- [Work item] Retype each record exactly.

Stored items
---*---

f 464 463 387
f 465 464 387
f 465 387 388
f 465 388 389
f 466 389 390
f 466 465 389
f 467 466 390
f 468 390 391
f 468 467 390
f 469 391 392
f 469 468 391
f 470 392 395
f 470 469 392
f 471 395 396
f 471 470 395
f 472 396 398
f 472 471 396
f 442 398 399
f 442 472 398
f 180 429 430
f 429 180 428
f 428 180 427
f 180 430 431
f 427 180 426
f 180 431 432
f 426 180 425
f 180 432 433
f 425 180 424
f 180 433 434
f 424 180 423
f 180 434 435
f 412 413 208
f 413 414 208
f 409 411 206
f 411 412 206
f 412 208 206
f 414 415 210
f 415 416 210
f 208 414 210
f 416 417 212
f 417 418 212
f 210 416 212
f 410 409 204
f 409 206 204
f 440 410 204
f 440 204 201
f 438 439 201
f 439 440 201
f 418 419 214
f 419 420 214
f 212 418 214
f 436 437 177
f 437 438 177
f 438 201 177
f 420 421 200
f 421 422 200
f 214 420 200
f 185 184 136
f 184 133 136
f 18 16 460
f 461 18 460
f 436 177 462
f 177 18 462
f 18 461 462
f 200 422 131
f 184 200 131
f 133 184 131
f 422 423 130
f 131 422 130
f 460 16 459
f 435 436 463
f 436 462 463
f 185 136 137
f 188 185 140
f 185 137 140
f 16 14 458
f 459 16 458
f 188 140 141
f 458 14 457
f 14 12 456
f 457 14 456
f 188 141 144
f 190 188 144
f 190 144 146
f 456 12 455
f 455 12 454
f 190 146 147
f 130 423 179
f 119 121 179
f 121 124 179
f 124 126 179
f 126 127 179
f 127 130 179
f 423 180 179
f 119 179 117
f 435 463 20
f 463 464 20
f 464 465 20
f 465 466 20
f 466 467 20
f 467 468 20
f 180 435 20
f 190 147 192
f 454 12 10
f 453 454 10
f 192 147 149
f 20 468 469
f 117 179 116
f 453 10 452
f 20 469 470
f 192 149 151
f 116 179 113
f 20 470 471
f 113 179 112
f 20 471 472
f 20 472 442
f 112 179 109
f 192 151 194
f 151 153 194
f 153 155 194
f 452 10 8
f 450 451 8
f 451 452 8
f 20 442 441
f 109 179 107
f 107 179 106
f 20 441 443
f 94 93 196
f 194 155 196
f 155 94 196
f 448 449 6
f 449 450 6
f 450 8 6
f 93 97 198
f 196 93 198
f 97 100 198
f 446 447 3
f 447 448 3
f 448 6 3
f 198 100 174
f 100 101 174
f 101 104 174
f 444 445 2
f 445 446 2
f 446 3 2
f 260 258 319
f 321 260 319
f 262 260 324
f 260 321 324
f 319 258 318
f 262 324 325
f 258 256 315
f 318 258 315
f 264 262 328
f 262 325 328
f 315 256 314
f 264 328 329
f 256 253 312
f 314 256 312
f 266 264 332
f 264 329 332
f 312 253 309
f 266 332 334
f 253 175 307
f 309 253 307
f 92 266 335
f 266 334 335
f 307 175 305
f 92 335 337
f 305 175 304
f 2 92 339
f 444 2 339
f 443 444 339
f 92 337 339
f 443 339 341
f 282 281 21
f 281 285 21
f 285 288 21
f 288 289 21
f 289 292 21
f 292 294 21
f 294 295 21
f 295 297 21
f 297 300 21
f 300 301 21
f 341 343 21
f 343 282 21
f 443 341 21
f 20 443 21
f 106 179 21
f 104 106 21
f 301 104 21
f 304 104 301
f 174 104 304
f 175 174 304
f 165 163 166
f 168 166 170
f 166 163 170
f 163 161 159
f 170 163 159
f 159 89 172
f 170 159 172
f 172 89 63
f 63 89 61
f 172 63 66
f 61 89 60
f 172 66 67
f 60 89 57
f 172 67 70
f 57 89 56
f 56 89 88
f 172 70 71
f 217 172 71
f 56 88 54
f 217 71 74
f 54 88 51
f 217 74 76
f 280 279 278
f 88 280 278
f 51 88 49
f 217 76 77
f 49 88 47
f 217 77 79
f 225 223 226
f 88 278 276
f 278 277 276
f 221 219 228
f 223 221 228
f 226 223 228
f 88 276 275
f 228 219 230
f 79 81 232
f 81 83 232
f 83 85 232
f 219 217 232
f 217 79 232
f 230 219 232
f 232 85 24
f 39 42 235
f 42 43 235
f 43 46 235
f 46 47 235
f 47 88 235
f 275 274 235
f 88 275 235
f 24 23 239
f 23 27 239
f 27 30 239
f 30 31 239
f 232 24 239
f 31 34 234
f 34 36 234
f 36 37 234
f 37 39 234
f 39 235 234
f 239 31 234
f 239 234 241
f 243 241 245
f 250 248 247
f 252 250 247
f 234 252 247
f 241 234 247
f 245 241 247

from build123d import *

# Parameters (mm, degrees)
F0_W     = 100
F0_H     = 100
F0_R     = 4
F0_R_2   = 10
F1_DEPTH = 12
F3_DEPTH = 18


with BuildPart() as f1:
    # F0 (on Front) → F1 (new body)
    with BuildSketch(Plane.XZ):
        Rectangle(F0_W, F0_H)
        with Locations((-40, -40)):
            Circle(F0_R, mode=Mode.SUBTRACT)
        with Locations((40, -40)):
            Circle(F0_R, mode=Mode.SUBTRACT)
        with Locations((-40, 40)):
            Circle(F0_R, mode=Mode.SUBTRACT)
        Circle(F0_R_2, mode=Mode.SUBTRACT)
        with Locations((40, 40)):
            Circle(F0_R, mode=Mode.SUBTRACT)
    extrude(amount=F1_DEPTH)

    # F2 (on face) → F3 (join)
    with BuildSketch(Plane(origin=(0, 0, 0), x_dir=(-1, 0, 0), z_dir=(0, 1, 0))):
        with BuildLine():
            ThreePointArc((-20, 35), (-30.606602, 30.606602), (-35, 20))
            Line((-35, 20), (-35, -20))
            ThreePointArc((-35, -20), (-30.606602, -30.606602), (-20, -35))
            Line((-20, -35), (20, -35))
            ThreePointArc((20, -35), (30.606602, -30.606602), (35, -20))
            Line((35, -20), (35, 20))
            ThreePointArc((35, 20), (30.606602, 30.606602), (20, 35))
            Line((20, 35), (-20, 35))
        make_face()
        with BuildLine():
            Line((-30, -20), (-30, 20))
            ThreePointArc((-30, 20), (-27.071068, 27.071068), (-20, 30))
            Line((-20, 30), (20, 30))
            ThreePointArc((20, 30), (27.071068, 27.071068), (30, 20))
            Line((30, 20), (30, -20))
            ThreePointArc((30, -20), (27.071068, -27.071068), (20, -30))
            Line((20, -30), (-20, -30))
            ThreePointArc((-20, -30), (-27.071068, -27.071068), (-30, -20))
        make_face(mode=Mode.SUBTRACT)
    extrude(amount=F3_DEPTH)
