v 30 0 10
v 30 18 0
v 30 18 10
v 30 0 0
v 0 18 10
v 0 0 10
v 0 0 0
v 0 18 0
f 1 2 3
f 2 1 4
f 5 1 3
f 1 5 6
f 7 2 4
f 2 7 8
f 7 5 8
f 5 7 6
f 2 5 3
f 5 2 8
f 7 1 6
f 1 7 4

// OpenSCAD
$fn = 50;

difference() {
	union() {
		cube(size = [30, 18, 10]);
	}
	union();
}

---*---

- [Written answer]
f 464 463 387
f 465 464 387
f 465 387 388
f 465 388 389
f 466 389 390
f 466 465 389
f 467 466 390
f 468 390 391
f 468 467 390
f 469 391 392
f 469 468 391
f 470 392 395
f 470 469 392
f 471 395 396
f 471 470 395
f 472 396 398
f 472 471 396
f 442 398 399
f 442 472 398
f 180 429 430
f 429 180 428
f 428 180 427
f 180 430 431
f 427 180 426
f 180 431 432
f 426 180 425
f 180 432 433
f 425 180 424
f 180 433 434
f 424 180 423
f 180 434 435
f 412 413 208
f 413 414 208
f 409 411 206
f 411 412 206
f 412 208 206
f 414 415 210
f 415 416 210
f 208 414 210
f 416 417 212
f 417 418 212
f 210 416 212
f 410 409 204
f 409 206 204
f 440 410 204
f 440 204 201
f 438 439 201
f 439 440 201
f 418 419 214
f 419 420 214
f 212 418 214
f 436 437 177
f 437 438 177
f 438 201 177
f 420 421 200
f 421 422 200
f 214 420 200
f 185 184 136
f 184 133 136
f 18 16 460
f 461 18 460
f 436 177 462
f 177 18 462
f 18 461 462
f 200 422 131
f 184 200 131
f 133 184 131
f 422 423 130
f 131 422 130
f 460 16 459
f 435 436 463
f 436 462 463
f 185 136 137
f 188 185 140
f 185 137 140
f 16 14 458
f 459 16 458
f 188 140 141
f 458 14 457
f 14 12 456
f 457 14 456
f 188 141 144
f 190 188 144
f 190 144 146
f 456 12 455
f 455 12 454
f 190 146 147
f 130 423 179
f 119 121 179
f 121 124 179
f 124 126 179
f 126 127 179
f 127 130 179
f 423 180 179
f 119 179 117
f 435 463 20
f 463 464 20
f 464 465 20
f 465 466 20
f 466 467 20
f 467 468 20
f 180 435 20
f 190 147 192
f 454 12 10
f 453 454 10
f 192 147 149
f 20 468 469
f 117 179 116
f 453 10 452
f 20 469 470
f 192 149 151
f 116 179 113
f 20 470 471
f 113 179 112
f 20 471 472
f 20 472 442
f 112 179 109
f 192 151 194
f 151 153 194
f 153 155 194
f 452 10 8
f 450 451 8
f 451 452 8
f 20 442 441
f 109 179 107
f 107 179 106
f 20 441 443
f 94 93 196
f 194 155 196
f 155 94 196
f 448 449 6
f 449 450 6
f 450 8 6
f 93 97 198
f 196 93 198
f 97 100 198
f 446 447 3
f 447 448 3
f 448 6 3
f 198 100 174
f 100 101 174
f 101 104 174
f 444 445 2
f 445 446 2
f 446 3 2
f 260 258 319
f 321 260 319
f 262 260 324
f 260 321 324
f 319 258 318
f 262 324 325
f 258 256 315
f 318 258 315
f 264 262 328
f 262 325 328
f 315 256 314
f 264 328 329
f 256 253 312
f 314 256 312
f 266 264 332
f 264 329 332
f 312 253 309
f 266 332 334
f 253 175 307
f 309 253 307
f 92 266 335
f 266 334 335
f 307 175 305
f 92 335 337
f 305 175 304
f 2 92 339
f 444 2 339
f 443 444 339
f 92 337 339
f 443 339 341
f 282 281 21
f 281 285 21
f 285 288 21
f 288 289 21
f 289 292 21
f 292 294 21
f 294 295 21
f 295 297 21
f 297 300 21
f 300 301 21
f 341 343 21
f 343 282 21
f 443 341 21
f 20 443 21
f 106 179 21
f 104 106 21
f 301 104 21
f 304 104 301
f 174 104 304
f 175 174 304
f 165 163 166
f 168 166 170
f 166 163 170
f 163 161 159
f 170 163 159
f 159 89 172
f 170 159 172
f 172 89 63
f 63 89 61
f 172 63 66
f 61 89 60
f 172 66 67
f 60 89 57
f 172 67 70
f 57 89 56
f 56 89 88
f 172 70 71
f 217 172 71
f 56 88 54
f 217 71 74
f 54 88 51
f 217 74 76
f 280 279 278
f 88 280 278
f 51 88 49
f 217 76 77
f 49 88 47
f 217 77 79
f 225 223 226
f 88 278 276
f 278 277 276
f 221 219 228
f 223 221 228
f 226 223 228
f 88 276 275
f 228 219 230
f 79 81 232
f 81 83 232
f 83 85 232
f 219 217 232
f 217 79 232
f 230 219 232
f 232 85 24
f 39 42 235
f 42 43 235
f 43 46 235
f 46 47 235
f 47 88 235
f 275 274 235
f 88 275 235
f 24 23 239
f 23 27 239
f 27 30 239
f 30 31 239
f 232 24 239
f 31 34 234
f 34 36 234
f 36 37 234
f 37 39 234
f 39 235 234
f 239 31 234
f 239 234 241
f 243 241 245
f 250 248 247
f 252 250 247
f 234 252 247
f 241 234 247
f 245 241 247

from build123d import *

# Parameters (mm, degrees)
F0_W     = 100
F0_H     = 100
F0_R     = 4
F0_R_2   = 10
F1_DEPTH = 12
F3_DEPTH = 18


with BuildPart() as f1:
    # F0 (on Front) → F1 (new body)
    with BuildSketch(Plane.XZ):
        Rectangle(F0_W, F0_H)
        with Locations((-40, -40)):
            Circle(F0_R, mode=Mode.SUBTRACT)
        with Locations((40, -40)):
            Circle(F0_R, mode=Mode.SUBTRACT)
        with Locations((-40, 40)):
            Circle(F0_R, mode=Mode.SUBTRACT)
        Circle(F0_R_2, mode=Mode.SUBTRACT)
        with Locations((40, 40)):
            Circle(F0_R, mode=Mode.SUBTRACT)
    extrude(amount=F1_DEPTH)

    # F2 (on face) → F3 (join)
    with BuildSketch(Plane(origin=(0, 0, 0), x_dir=(-1, 0, 0), z_dir=(0, 1, 0))):
        with BuildLine():
            ThreePointArc((-20, 35), (-30.606602, 30.606602), (-35, 20))
            Line((-35, 20), (-35, -20))
            ThreePointArc((-35, -20), (-30.606602, -30.606602), (-20, -35))
            Line((-20, -35), (20, -35))
            ThreePointArc((20, -35), (30.606602, -30.606602), (35, -20))
            Line((35, -20), (35, 20))
            ThreePointArc((35, 20), (30.606602, 30.606602), (20, 35))
            Line((20, 35), (-20, 35))
        make_face()
        with BuildLine():
            Line((-30, -20), (-30, 20))
            ThreePointArc((-30, 20), (-27.071068, 27.071068), (-20, 30))
            Line((-20, 30), (20, 30))
            ThreePointArc((20, 30), (27.071068, 27.071068), (30, 20))
            Line((30, 20), (30, -20))
            ThreePointArc((30, -20), (27.071068, -27.071068), (20, -30))
            Line((20, -30), (-20, -30))
            ThreePointArc((-20, -30), (-27.071068, -27.071068), (-30, -20))
        make_face(mode=Mode.SUBTRACT)
    extrude(amount=F3_DEPTH)
v 30 0 10
v 30 18 0
v 30 18 10
v 30 0 0
v 0 18 10
v 0 0 10
v 0 0 0
v 0 18 0
f 1 2 3
f 2 1 4
f 5 1 3
f 1 5 6
f 7 2 4
f 2 7 8
f 7 5 8
f 5 7 6
f 2 5 3
f 5 2 8
f 7 1 6
f 1 7 4

// OpenSCAD
$fn = 50;

difference() {
	union() {
		cube(size = [30, 18, 10]);
	}
	union();
}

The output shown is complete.